No doubt. I liked the Tiny Terror boosted with my BB preamp.


----------



## Adversor (Sep 8, 2011)

Sephael said:


> best sample that I've found showing what it is capable of




It sounds like shit!


----------



## warlock7strEMG (Sep 9, 2011)

i played the Dark Terror a few days ago. i really liked it!!! with the gain on like 6 and tone about 5 using an Ibanez RG(stock pickups) and then using LTD V with EMG's it sounded so damn heavy!!!! very modern high gain voicing with some low mid action goin on but still had that Orange warmth that we all love and come to expect. surprisingly smooth too!!! much smoother than the Tiny Terror. im find myself loving Orange amps more and more lately


----------



## Sephael (Sep 10, 2011)

got mine on order, just waiting for it to get in stock apparently.
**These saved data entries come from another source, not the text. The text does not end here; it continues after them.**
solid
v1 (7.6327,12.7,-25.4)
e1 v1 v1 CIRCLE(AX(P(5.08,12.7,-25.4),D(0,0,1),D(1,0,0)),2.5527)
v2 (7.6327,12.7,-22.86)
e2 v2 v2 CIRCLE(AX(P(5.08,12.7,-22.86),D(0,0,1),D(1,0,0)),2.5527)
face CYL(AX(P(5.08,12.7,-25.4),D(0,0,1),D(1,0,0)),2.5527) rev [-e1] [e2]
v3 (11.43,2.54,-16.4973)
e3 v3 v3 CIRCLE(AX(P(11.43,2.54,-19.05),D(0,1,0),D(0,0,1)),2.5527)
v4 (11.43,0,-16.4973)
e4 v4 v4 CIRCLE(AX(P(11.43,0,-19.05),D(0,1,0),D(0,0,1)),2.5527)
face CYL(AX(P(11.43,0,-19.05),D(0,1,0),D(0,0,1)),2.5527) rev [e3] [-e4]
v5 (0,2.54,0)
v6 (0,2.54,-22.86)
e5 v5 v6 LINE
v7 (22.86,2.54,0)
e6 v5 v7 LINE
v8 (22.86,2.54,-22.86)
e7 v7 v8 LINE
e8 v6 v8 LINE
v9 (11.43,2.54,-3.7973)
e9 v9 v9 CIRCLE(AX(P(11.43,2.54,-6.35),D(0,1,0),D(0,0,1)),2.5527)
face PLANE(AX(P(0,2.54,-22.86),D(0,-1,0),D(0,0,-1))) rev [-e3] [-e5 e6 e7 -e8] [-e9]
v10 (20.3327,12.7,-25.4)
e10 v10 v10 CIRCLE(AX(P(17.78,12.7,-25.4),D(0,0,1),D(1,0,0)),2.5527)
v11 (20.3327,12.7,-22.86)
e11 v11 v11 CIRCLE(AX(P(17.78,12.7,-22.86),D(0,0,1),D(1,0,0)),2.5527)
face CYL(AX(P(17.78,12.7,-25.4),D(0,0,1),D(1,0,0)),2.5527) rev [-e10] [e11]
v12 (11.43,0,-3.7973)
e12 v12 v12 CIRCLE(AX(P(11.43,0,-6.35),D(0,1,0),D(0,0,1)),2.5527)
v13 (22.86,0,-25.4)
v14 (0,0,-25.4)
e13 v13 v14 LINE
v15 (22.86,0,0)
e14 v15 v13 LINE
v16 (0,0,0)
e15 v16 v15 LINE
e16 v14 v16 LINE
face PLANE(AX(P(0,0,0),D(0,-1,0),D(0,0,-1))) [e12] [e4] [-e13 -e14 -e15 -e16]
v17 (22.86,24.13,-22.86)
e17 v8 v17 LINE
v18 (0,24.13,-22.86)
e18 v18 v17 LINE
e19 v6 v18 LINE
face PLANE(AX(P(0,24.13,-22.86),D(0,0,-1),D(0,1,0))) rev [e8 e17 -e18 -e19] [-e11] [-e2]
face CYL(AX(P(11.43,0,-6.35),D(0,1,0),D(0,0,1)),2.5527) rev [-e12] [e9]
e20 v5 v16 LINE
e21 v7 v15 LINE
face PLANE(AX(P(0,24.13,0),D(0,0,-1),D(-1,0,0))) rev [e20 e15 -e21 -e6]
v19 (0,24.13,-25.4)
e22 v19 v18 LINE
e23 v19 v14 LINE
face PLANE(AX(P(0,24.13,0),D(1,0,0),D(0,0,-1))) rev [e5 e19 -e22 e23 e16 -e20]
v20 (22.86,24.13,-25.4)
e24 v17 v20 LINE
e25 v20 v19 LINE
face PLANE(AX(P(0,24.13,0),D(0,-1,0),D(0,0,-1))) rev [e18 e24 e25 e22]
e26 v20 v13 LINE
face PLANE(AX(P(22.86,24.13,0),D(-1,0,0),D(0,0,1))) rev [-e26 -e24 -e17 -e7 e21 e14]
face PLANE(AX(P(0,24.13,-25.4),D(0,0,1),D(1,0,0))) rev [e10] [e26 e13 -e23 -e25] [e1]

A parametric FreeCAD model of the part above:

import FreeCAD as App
import Part
import Sketcher
Q = App.Units.Quantity

doc = App.newDocument("Part")
body = doc.addObject("PartDesign::Body", "Body")

# Sketch on XZ plane
sketch1 = body.newObject("Sketcher::SketchObject", "Sketch")
sketch1.AttachmentSupport = (doc.getObject("XZ_Plane"), [""])
sketch1.MapMode = "FlatFace"
sketch1.addGeometry(Part.LineSegment(App.Vector(0, -25, 0), App.Vector(0, 0, 0)), False)
sketch1.addGeometry(Part.LineSegment(App.Vector(0, 0, 0), App.Vector(23, 0, 0)), False)
sketch1.addGeometry(Part.LineSegment(App.Vector(23, 0, 0), App.Vector(23, -25, 0)), False)
sketch1.addGeometry(Part.LineSegment(App.Vector(23, -25, 0), App.Vector(0, -25, 0)), False)
sketch1.addConstraint(Sketcher.Constraint("Coincident", 0, 2, 1, 1))
sketch1.addConstraint(Sketcher.Constraint("Coincident", 1, 2, 2, 1))
sketch1.addConstraint(Sketcher.Constraint("Coincident", 2, 2, 3, 1))
sketch1.addConstraint(Sketcher.Constraint("Coincident", 3, 2, 0, 1))
sketch1.addConstraint(Sketcher.Constraint("Vertical", 0))
sketch1.addConstraint(Sketcher.Constraint("Horizontal", 1))
sketch1.addConstraint(Sketcher.Constraint("Vertical", 2))
sketch1.addConstraint(Sketcher.Constraint("Horizontal", 3))
sketch1.addConstraint(Sketcher.Constraint("Coincident", 0, 2, -1, 1))
sketch1.addConstraint(Sketcher.Constraint("DistanceY", 0, 1, 0, 2, Q("1 in")))
sketch1.addConstraint(Sketcher.Constraint("DistanceX", 1, 1, 1, 2, Q("0.9 in")))
pad1 = body.newObject("PartDesign::Pad", "Pad")
pad1.Profile = sketch1
pad1.Length = Q("0.95 in")
pad1.Reversed = True

# Sketch on YZ plane
sketch2 = body.newObject("Sketcher::SketchObject", "Sketch001")
sketch2.AttachmentSupport = (doc.getObject("YZ_Plane"), [""])
sketch2.MapMode = "FlatFace"
sketch2.AttachmentOffset = App.Placement(App.Vector(0, 0, 0.9 * 25.4), App.Rotation())
sketch2.addGeometry(Part.LineSegment(App.Vector(24, 0, 0), App.Vector(3, 0, 0)), False)
sketch2.addGeometry(Part.LineSegment(App.Vector(3, 0, 0), App.Vector(3, -23, 0)), False)
sketch2.addGeometry(Part.LineSegment(App.Vector(3, -23, 0), App.Vector(24, -23, 0)), False)
sketch2.addGeometry(Part.LineSegment(App.Vector(24, -23, 0), App.Vector(24, 0, 0)), False)
sketch2.addConstraint(Sketcher.Constraint("Coincident", 0, 2, 1, 1))
sketch2.addConstraint(Sketcher.Constraint("Coincident", 1, 2, 2, 1))
sketch2.addConstraint(Sketcher.Constraint("Coincident", 2, 2, 3, 1))
sketch2.addConstraint(Sketcher.Constraint("Coincident", 3, 2, 0, 1))
sketch2.addConstraint(Sketcher.Constraint("Horizontal", 0))
sketch2.addConstraint(Sketcher.Constraint("Vertical", 1))
sketch2.addConstraint(Sketcher.Constraint("Horizontal", 2))
sketch2.addConstraint(Sketcher.Constraint("Vertical", 3))
sketch2.addConstraint(Sketcher.Constraint("PointOnObject", 0, 2, -1))
sketch2.addConstraint(Sketcher.Constraint("DistanceY", 1, 2, 1, 1, Q("0.9 in")))
sketch2.addConstraint(Sketcher.Constraint("DistanceX", 0, 2, 0, 1, Q("0.85 in")))
sketch2.addConstraint(Sketcher.Constraint("DistanceX", -1, 1, 0, 2, Q("0.1 in")))
pocket1 = body.newObject("PartDesign::Pocket", "Pocket")
pocket1.Profile = sketch2
pocket1.Type = "ThroughAll"

# Sketch on XZ plane
sketch3 = body.newObject("Sketcher::SketchObject", "Sketch002")
sketch3.AttachmentSupport = (doc.getObject("XZ_Plane"), [""])
sketch3.MapMode = "FlatFace"
sketch3.AttachmentOffset = App.Placement(App.Vector(0, 0, -0.1 * 25.4), App.Rotation())
sketch3.addGeometry(Part.Circle(App.Vector(11.4, -6.3, 0), App.Vector(0, 0, 1), 2.6), False)
sketch3.addGeometry(Part.Circle(App.Vector(11.4, -19.1, 0), App.Vector(0, 0, 1), 2.6), False)
sketch3.addConstraint(Sketcher.Constraint("Equal", 0, 1))
sketch3.addConstraint(Sketcher.Constraint("Vertical", 0, 3, 1, 3))
sketch3.addConstraint(Sketcher.Constraint("Diameter", 0, Q("0.201 in")))
sketch3.addConstraint(Sketcher.Constraint("DistanceY", 1, 3, 0, 3, Q("0.5 in")))
sketch3.addConstraint(Sketcher.Constraint("DistanceX", -1, 1, 0, 3, Q("0.45 in")))
sketch3.addConstraint(Sketcher.Constraint("DistanceY", 0, 3, -1, 1, Q("0.25 in")))
pocket2 = body.newObject("PartDesign::Pocket", "Pocket001")
pocket2.Profile = sketch3
pocket2.Type = "ThroughAll"
pocket2.Reversed = True

# Sketch on XY plane
sketch4 = body.newObject("Sketcher::SketchObject", "Sketch003")
sketch4.AttachmentSupport = (doc.getObject("XY_Plane"), [""])
sketch4.MapMode = "FlatFace"
sketch4.AttachmentOffset = App.Placement(App.Vector(0, 0, -0.9 * 25.4), App.Rotation())
sketch4.addGeometry(Part.Circle(App.Vector(17.8, 12.7, 0), App.Vector(0, 0, 1), 2.6), False)
sketch4.addGeometry(Part.Circle(App.Vector(5.1, 12.7, 0), App.Vector(0, 0, 1), 2.6), False)
sketch4.addConstraint(Sketcher.Constraint("Equal", 0, 1))
sketch4.addConstraint(Sketcher.Constraint("Horizontal", 0, 3, 1, 3))
sketch4.addConstraint(Sketcher.Constraint("Diameter", 0, Q("0.201 in")))
sketch4.addConstraint(Sketcher.Constraint("DistanceX", -1, 1, 0, 3, Q("0.7 in")))
sketch4.addConstraint(Sketcher.Constraint("DistanceY", -1, 1, 0, 3, Q("0.5 in")))
sketch4.addConstraint(Sketcher.Constraint("DistanceX", -1, 1, 1, 3, Q("0.2 in")))
pocket3 = body.newObject("PartDesign::Pocket", "Pocket002")
pocket3.Profile = sketch4
pocket3.Type = "ThroughAll"

doc.recompute()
Some of the newer demo videos of it show how amazing and versatile it can sound.


----------



## KAMI (Sep 10, 2011)

well it's already out here in the UK


----------



## gilsontsang (Sep 12, 2011)

Tiny Terror with EFX loop, sweettt!


----------



## Sephael (Sep 12, 2011)

duel terror had fx loop didn't it? Just not sure if it was a tube driven loop or not


----------